‘He gives me the fucking creeps,’ she said, not even out of earshot. I hoped that the gusts of cold wind hid her voice.

‘Can you blame him?’ I said. ‘I won’t lie to you, I feel responsible for him in a way. And that’s a feeling I don’t enjoy.’

‘I understand,’ Romy said. ‘But that doesn’t mean you need to pity him and do exactly as he wants.’

Didn’t it, though?

‘Let’s just try and scope out our target.’ I hoped Romy got the clear message that I didn’t want to speak about Salem anymore. His presence, although a familiar anchor to my past, made meuncomfortable. Intuition told me not to trust him, but also that I was responsible for him. Two conflicting emotions that warred within my mind as we continued our hunt for Jordan.

It didn’t take long to find him. Unfortunately.

We rounded the front of the castle and Romy immediately clapped a hand to her mouth, stifling a gag. I was left emotionless beside her, unable to react to the impossibility to what was before me.

This was no different than a cat leaving a dead mouse on a doorstep.

Jordan’s body was strung up outside the grand front doors. Chain was wrapped around his throat. It was the only thing keeping him up, connected to a flagpole ten feet above the ground at the top of the stone porch. His corpse swung like a pendulum, allowing the wind to toy with him. Jordan’s haunted, all-seeing eyes seemed to glare exactly where I stood, dulled and bulging from his skull as though the pressure of the chain noose threatened to pop them.

Death was not unfamiliar to me, but I found myself turning away.

‘Fuck, Romy.
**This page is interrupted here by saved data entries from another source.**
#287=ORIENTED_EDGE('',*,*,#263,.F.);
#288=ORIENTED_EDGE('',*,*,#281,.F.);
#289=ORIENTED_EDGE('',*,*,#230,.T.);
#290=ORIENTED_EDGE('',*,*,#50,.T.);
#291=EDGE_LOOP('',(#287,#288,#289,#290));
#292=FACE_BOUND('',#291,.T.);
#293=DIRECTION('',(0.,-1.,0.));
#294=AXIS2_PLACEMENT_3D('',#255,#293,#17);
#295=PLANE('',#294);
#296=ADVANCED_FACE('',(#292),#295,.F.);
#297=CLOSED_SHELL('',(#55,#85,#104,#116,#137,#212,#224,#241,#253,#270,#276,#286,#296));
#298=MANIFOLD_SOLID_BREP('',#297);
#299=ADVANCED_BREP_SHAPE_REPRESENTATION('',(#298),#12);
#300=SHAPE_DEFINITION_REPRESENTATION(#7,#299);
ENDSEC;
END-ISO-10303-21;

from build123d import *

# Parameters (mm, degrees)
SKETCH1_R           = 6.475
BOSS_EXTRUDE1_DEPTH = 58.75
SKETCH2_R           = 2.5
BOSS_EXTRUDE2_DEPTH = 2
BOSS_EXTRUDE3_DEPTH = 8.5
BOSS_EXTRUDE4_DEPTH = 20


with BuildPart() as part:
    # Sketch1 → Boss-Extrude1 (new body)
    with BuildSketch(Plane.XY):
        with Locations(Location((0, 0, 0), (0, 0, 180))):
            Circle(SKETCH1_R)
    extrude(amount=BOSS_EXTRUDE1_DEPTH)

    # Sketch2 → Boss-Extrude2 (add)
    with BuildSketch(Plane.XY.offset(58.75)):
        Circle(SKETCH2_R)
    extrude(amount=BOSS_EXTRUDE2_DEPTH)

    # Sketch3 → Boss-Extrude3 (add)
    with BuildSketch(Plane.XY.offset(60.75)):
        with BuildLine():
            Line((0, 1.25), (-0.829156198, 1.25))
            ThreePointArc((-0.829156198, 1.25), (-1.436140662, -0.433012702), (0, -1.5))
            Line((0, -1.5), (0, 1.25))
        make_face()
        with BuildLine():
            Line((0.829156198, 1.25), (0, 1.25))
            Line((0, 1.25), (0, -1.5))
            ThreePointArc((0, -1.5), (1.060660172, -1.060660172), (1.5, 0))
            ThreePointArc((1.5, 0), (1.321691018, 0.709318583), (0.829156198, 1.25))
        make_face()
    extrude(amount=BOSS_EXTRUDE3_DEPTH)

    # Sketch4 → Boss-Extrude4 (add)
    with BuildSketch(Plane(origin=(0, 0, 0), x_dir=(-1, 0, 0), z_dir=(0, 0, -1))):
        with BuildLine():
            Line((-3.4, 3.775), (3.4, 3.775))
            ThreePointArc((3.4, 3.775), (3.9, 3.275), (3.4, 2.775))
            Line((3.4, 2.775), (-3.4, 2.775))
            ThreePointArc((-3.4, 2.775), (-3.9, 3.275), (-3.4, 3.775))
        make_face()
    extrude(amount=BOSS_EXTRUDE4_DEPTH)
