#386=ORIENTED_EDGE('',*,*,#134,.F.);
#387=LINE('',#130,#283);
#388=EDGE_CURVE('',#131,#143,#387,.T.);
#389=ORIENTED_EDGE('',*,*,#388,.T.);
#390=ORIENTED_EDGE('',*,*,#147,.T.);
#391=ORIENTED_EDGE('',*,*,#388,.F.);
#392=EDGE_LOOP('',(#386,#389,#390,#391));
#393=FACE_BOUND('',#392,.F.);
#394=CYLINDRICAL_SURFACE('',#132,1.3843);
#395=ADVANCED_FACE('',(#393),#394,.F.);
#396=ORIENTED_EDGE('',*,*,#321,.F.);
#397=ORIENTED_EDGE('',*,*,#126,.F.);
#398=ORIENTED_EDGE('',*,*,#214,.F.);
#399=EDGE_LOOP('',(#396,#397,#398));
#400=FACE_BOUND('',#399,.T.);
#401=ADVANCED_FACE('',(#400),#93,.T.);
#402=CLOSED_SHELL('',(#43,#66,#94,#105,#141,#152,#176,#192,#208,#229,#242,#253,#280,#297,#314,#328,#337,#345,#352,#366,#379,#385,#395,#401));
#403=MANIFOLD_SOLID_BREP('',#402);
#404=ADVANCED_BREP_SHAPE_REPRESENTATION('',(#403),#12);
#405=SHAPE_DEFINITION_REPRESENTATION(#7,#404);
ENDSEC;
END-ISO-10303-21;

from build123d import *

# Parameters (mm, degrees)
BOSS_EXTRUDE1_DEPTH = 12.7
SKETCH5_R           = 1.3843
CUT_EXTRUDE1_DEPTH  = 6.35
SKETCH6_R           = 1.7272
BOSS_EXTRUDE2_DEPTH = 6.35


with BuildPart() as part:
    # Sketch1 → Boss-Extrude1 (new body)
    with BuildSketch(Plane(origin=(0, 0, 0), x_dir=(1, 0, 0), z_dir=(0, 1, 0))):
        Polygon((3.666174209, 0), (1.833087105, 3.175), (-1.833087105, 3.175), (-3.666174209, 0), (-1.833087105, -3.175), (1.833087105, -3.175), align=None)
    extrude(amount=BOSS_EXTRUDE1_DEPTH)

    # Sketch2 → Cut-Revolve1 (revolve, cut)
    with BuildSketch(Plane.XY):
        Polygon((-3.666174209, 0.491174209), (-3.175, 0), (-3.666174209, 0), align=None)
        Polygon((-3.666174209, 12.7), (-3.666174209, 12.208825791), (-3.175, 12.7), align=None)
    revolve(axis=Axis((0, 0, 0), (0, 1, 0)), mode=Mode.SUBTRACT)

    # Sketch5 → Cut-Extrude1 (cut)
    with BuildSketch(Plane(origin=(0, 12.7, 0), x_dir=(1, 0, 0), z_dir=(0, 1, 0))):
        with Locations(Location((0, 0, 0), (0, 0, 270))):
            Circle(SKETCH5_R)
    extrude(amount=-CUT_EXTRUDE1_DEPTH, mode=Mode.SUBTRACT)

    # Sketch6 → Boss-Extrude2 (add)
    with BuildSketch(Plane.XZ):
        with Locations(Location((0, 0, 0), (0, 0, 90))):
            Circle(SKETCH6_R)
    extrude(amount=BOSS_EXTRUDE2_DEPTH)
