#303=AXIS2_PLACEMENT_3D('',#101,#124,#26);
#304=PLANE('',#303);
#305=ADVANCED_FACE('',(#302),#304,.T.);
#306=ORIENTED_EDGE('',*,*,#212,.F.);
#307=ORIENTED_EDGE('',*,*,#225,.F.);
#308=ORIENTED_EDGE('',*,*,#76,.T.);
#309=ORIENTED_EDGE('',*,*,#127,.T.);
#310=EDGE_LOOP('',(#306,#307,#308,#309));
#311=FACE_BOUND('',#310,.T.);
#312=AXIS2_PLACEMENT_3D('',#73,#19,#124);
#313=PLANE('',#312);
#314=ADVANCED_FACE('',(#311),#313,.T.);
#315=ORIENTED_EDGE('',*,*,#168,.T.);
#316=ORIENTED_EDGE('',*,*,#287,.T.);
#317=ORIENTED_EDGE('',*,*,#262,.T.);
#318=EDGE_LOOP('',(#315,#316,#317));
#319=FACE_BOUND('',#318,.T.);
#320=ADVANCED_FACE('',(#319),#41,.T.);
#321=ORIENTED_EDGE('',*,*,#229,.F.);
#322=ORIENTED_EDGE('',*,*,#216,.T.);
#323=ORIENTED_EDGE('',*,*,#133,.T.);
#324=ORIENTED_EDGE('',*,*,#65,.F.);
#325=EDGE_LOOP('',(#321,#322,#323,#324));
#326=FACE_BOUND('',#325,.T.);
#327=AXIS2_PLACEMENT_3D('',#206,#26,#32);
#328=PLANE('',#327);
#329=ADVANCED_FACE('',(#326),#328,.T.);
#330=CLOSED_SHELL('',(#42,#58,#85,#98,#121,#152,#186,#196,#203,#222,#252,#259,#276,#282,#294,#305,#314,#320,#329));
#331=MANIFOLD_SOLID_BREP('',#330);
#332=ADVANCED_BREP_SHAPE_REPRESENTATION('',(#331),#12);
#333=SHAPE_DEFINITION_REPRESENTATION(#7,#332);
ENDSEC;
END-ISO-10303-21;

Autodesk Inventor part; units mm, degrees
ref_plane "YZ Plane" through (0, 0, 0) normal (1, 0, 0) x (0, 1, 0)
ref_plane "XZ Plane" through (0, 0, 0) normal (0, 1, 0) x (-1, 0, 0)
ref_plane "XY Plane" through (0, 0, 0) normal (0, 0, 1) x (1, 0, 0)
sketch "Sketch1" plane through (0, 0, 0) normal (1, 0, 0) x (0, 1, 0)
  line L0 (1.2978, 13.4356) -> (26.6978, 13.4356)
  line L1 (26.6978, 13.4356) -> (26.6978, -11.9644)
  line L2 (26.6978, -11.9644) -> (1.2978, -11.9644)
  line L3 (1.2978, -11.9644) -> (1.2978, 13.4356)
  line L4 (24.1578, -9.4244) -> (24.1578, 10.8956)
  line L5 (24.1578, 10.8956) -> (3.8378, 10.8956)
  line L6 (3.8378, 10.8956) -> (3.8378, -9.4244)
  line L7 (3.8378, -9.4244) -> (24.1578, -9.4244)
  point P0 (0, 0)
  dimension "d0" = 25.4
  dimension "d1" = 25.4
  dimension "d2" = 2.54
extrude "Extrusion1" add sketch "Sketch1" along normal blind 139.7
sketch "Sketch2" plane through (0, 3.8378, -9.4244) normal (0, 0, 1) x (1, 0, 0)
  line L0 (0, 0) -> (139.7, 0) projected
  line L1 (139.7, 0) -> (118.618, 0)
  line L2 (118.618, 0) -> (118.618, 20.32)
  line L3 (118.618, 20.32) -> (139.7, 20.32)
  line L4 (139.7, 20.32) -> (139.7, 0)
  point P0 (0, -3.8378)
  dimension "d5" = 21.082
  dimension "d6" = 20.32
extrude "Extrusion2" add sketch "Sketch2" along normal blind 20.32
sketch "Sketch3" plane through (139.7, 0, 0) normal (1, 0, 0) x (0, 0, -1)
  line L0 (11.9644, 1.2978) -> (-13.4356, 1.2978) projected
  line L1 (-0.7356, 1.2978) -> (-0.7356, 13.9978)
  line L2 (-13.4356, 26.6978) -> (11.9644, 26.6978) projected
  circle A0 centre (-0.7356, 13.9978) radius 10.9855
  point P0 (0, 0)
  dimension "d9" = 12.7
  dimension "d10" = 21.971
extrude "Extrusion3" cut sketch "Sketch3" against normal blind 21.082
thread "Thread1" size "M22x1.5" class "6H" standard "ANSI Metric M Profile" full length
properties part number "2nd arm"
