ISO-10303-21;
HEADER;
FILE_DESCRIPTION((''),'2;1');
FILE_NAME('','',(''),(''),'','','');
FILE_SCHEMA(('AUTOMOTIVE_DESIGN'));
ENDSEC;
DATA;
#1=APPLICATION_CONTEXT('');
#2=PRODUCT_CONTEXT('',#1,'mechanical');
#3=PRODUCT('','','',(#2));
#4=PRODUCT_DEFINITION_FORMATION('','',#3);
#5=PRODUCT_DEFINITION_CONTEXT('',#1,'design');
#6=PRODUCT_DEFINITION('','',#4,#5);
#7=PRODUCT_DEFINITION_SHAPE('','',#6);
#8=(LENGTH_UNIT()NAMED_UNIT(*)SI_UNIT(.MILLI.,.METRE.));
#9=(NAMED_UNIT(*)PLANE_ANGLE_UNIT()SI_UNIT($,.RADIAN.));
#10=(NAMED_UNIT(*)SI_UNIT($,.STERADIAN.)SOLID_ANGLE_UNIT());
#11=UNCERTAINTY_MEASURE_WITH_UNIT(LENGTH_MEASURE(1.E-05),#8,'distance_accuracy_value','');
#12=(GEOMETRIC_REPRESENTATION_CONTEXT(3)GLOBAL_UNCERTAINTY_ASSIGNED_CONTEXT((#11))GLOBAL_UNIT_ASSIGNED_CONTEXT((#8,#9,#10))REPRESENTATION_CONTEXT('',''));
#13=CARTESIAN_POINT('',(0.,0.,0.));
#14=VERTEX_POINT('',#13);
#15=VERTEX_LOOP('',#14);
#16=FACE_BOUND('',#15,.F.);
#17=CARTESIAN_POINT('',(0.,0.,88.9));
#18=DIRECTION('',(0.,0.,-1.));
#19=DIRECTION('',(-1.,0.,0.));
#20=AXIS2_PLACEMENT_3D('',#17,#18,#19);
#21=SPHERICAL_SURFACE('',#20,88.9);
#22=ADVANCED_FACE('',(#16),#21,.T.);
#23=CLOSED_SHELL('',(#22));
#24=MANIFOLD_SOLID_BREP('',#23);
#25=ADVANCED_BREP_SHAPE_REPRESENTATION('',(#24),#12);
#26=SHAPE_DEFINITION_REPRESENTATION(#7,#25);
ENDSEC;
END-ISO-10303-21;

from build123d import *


with BuildPart() as part:
    # Sketch1 → Revolve1 (revolve)
    with BuildSketch(Plane(origin=(0, 0, 0), x_dir=(1, 0, 0), z_dir=(0, 1, 0))):
        with BuildLine():
            Line((0, 0), (0, -177.8))
            ThreePointArc((0, -177.8), (-88.9, -88.9), (0, 0))
        make_face()
    revolve(axis=Axis((0, 0, 0), (0, 0, 1)))


solid = part.part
That’s him.’

Romy was frozen at my side, her arms wrapped around herself, her wide eyes fixed to the corpse. The rain had soaked her brown curls, making them hang in limp strands around her paling face. I waited for her to say something, but the green tinge beneath her skin proved she was holding back sickness, as well as her reply.

There was a sinking feeling in my gut. It continued its descent, deeper and deeper, the longer I had time to let Jordan’s death sink in. I didn’t need to convince myself that it was my fault in some way. It was a hunch that was confirmed when Romy finally broke her silence.

Salem. The blood. He’d been here only moments before.

‘Witch Hunter,’ Romy almost choked on the words. ‘The Witch Hunter found him first. It has to be.’

‘Not the Witch Hunter,’ I said. ‘Salem.’

‘No,’ Romy spat. ‘Look.’

I spun round fast, drinking in what she was pointing at. Jordan’s shirt had been flayed open, likely by a knife of some kind. I hadn’t noticed until Romy pointed it out, because his skin was marred with blood which had dried the same colour as his dark t-shirt. But on closer inspection, I found his skin scored with a symbol.

The cross within the circle, the mark of a Witch Hunter had been carved into Jordan’s chest, defiling his dead body whilst acting as a very obvious message to us.

I couldn’t voice it, but in my mind, I knew who’d done this. Salem. It had to be. But how was he the Witch Hunter, after what had happened to his parents? It made little sense. I didn’t understand it, and yet I almost ran back for him, poised and ready to kill first and ask questions only when he wasn’t able to answer.

‘He didn’t deserve this,’ I stammered, moving from flight to fight mode like the beats of a drum. ‘This is fucked, Romy. It’s wrong.’

I cocooned my power around Jordan’s swaying body. It took little focus to lift his weight, break the connection between the chain and flagpole, then lower his corpse to the ground. In seconds, I was keeling beside him, my knees sinking into a puddle. Suddenly, the man before me was not the one who broke into my mind, but a victim of the same fate as my parents.

Fury swelled within me, pressing against my skin for release.

He’d died before he could help us. He’d died before he could give me the answers I craved about the block in my mind.

A hand laid on my shoulder. I didn’t need to look to know Romy stood at my side. ‘Hekate will welcome her child with open arms. Find solace in that.’

I shook my head, unable to find solace in anything but vengeance. ‘The Witch Hunter knows. They know we know about them, and they killed Jordan to stop us using him to find…’

It hit me then, all at once.

My eyes locked with Romy, and I could tell she held the same thought as me. ‘It’s Salem. It has to be.’

‘It’s too obvious,’ Romy added. ‘For all we know, Arwyn could still be the Witch Hunter. I mean, where has he been today?’

I didn’t know, but something told me she was wrong. Again, my intuition screamed with it.